> _EXERCISE DETAILS_
The material below holds a span beginning at the line with "v17 (19,-39.4,0)" and ending at the line with "v22 (50,0,0)". Quote that span exactly, both ends included, and only that span.
** RECORDS TO PROCESS follows **
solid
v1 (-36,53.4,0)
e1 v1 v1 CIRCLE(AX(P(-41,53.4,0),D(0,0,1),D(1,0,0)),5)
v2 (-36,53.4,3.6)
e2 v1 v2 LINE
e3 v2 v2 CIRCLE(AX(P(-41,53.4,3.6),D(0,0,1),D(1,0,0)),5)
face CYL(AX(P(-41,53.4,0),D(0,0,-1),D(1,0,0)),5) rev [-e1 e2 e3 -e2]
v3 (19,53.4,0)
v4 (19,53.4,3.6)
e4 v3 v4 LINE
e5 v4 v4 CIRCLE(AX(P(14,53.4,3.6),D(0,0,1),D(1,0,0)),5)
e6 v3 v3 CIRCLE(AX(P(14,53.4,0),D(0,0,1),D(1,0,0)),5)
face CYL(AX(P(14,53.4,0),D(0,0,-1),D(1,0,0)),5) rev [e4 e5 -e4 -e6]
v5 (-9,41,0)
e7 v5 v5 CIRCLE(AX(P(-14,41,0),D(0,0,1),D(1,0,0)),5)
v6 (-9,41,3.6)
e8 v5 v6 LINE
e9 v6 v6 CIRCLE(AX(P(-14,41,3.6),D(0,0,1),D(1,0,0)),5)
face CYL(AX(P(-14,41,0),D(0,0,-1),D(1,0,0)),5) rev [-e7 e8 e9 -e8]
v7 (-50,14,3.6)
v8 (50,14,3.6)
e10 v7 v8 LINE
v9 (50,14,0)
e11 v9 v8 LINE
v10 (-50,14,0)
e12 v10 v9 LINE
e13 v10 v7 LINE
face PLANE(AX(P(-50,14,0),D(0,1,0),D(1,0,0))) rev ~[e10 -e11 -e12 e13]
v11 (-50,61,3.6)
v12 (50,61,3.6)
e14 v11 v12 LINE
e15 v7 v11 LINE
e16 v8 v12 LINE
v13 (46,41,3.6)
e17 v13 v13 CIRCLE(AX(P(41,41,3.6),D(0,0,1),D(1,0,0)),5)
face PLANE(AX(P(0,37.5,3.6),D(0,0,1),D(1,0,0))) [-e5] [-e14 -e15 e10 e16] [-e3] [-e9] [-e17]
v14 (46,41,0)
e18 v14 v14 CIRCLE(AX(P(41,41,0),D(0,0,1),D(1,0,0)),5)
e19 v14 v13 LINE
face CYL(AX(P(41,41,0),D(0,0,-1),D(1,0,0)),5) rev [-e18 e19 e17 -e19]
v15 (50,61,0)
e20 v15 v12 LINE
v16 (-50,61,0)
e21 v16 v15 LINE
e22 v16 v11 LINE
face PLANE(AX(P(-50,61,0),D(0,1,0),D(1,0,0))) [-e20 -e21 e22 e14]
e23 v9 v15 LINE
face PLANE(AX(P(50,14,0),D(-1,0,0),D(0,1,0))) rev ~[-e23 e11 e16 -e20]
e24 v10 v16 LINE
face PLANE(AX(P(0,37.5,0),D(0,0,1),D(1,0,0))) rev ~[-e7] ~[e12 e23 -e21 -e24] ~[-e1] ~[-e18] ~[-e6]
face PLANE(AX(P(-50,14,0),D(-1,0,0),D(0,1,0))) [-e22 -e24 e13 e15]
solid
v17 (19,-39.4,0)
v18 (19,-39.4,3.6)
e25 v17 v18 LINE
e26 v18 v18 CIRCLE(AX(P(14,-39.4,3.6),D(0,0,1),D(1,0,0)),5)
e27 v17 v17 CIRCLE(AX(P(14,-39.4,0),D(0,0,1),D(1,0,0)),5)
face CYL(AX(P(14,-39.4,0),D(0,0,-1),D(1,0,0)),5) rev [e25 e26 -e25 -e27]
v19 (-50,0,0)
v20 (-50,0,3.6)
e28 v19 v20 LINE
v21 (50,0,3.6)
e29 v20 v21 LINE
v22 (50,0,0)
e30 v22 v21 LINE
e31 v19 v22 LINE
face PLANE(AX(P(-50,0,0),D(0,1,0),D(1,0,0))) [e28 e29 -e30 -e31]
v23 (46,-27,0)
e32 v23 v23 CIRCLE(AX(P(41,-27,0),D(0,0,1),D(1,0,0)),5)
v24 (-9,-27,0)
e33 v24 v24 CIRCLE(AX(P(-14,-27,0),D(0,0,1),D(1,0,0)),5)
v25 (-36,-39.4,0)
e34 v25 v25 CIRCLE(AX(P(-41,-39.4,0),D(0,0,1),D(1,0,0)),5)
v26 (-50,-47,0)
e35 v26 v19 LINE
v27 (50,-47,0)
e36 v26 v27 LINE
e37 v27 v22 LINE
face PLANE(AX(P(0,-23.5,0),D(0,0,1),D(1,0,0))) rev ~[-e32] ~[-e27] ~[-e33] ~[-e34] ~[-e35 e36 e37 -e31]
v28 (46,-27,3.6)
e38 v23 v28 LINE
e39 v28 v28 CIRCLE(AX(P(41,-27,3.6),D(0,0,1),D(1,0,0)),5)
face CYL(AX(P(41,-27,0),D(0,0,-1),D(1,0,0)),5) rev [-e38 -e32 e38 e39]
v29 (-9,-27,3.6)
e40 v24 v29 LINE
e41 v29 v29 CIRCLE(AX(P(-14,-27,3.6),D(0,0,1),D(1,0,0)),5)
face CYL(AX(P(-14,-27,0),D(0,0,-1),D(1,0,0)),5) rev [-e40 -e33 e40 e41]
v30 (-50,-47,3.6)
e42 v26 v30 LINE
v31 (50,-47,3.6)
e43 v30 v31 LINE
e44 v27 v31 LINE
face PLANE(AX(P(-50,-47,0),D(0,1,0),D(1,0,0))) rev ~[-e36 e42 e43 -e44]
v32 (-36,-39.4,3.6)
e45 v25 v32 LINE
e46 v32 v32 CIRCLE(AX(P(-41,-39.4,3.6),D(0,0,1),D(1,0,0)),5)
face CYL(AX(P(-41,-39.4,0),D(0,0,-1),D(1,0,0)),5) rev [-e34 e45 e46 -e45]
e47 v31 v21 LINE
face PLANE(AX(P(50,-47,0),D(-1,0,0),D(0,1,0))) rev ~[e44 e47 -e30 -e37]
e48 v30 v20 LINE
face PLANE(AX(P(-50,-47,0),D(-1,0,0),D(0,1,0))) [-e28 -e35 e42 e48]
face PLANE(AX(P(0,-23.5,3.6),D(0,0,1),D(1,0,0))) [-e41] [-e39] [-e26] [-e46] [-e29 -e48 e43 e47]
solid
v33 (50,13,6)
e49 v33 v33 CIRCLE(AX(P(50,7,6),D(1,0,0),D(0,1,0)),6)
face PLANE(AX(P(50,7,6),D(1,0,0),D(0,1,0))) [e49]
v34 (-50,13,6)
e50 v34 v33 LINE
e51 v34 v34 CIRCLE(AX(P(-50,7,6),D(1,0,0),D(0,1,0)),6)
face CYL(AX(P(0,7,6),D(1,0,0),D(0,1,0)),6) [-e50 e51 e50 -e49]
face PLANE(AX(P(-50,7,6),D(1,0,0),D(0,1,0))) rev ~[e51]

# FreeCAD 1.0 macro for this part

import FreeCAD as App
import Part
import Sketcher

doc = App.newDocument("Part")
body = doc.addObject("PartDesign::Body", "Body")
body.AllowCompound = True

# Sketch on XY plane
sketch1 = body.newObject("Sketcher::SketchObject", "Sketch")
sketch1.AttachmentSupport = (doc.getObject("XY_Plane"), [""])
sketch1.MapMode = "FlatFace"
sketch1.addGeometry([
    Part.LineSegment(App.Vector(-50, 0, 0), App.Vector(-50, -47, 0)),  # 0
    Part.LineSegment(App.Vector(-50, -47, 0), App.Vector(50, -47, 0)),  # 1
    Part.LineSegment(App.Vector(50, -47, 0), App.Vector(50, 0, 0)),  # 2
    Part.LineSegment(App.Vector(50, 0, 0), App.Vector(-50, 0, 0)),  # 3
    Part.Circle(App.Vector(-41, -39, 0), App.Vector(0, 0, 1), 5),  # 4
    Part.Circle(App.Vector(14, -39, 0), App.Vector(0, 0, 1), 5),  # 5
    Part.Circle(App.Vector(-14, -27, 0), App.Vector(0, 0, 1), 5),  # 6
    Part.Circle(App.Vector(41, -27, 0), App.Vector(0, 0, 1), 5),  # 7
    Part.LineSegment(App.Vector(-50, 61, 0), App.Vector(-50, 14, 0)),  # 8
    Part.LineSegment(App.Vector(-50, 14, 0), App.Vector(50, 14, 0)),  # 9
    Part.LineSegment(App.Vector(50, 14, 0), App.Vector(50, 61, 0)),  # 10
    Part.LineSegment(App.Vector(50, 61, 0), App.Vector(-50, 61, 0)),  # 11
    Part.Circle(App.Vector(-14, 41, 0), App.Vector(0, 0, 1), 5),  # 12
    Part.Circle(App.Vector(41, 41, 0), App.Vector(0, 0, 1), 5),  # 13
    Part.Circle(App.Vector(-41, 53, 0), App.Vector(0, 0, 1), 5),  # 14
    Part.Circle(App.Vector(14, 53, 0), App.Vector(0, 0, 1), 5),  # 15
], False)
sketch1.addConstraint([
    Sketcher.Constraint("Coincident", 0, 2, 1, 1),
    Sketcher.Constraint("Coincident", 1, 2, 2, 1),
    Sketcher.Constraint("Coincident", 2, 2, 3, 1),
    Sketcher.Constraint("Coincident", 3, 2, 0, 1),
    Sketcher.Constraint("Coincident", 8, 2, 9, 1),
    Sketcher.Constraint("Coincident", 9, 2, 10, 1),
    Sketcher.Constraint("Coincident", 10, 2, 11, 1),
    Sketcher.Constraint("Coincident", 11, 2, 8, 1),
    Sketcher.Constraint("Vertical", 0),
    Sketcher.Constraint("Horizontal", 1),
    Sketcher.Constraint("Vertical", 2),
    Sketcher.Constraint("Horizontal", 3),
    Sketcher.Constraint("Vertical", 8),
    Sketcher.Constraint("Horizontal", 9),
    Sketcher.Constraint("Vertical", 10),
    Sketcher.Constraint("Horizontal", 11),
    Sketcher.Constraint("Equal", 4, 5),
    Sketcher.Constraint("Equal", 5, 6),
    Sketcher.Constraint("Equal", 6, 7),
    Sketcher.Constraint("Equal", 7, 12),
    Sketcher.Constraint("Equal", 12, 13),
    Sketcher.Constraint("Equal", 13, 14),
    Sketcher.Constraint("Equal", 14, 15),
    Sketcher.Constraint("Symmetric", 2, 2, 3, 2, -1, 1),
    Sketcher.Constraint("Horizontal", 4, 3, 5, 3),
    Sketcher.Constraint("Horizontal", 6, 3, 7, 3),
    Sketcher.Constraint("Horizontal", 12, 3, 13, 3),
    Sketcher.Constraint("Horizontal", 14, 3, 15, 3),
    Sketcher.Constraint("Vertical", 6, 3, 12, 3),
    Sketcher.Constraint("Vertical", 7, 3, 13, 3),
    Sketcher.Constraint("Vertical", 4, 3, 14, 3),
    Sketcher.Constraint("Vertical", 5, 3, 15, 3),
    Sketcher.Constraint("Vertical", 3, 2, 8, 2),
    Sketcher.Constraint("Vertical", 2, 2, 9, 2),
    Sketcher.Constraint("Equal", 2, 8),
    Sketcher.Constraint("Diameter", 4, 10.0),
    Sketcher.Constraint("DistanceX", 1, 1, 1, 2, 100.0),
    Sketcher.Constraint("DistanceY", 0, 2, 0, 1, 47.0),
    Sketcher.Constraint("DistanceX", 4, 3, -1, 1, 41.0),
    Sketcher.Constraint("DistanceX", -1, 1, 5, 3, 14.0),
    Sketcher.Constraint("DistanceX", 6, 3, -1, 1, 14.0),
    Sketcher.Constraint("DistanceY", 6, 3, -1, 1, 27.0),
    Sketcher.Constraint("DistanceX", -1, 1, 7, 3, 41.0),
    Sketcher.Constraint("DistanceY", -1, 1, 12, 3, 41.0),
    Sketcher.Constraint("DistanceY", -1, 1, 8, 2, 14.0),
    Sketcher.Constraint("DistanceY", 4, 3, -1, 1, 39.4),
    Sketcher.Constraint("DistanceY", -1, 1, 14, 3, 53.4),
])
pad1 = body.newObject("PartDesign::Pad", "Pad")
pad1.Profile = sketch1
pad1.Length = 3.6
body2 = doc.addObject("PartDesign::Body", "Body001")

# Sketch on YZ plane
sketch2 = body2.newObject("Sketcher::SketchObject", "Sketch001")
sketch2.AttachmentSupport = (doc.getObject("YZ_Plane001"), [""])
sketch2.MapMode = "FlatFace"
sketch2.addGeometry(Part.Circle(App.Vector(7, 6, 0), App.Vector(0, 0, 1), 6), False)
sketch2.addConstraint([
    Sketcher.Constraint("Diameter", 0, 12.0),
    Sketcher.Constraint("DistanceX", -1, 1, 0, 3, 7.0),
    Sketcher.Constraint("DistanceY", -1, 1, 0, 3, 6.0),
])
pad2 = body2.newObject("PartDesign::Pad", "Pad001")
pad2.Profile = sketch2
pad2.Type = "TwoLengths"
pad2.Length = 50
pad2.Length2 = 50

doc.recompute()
** End of RECORDS TO PROCESS **
> _ANSWER TO THE PROBLEM_
v17 (19,-39.4,0)
v18 (19,-39.4,3.6)
e25 v17 v18 LINE
e26 v18 v18 CIRCLE(AX(P(14,-39.4,3.6),D(0,0,1),D(1,0,0)),5)
e27 v17 v17 CIRCLE(AX(P(14,-39.4,0),D(0,0,1),D(1,0,0)),5)
face CYL(AX(P(14,-39.4,0),D(0,0,-1),D(1,0,0)),5) rev [e25 e26 -e25 -e27]
v19 (-50,0,0)
v20 (-50,0,3.6)
e28 v19 v20 LINE
v21 (50,0,3.6)
e29 v20 v21 LINE
v22 (50,0,0)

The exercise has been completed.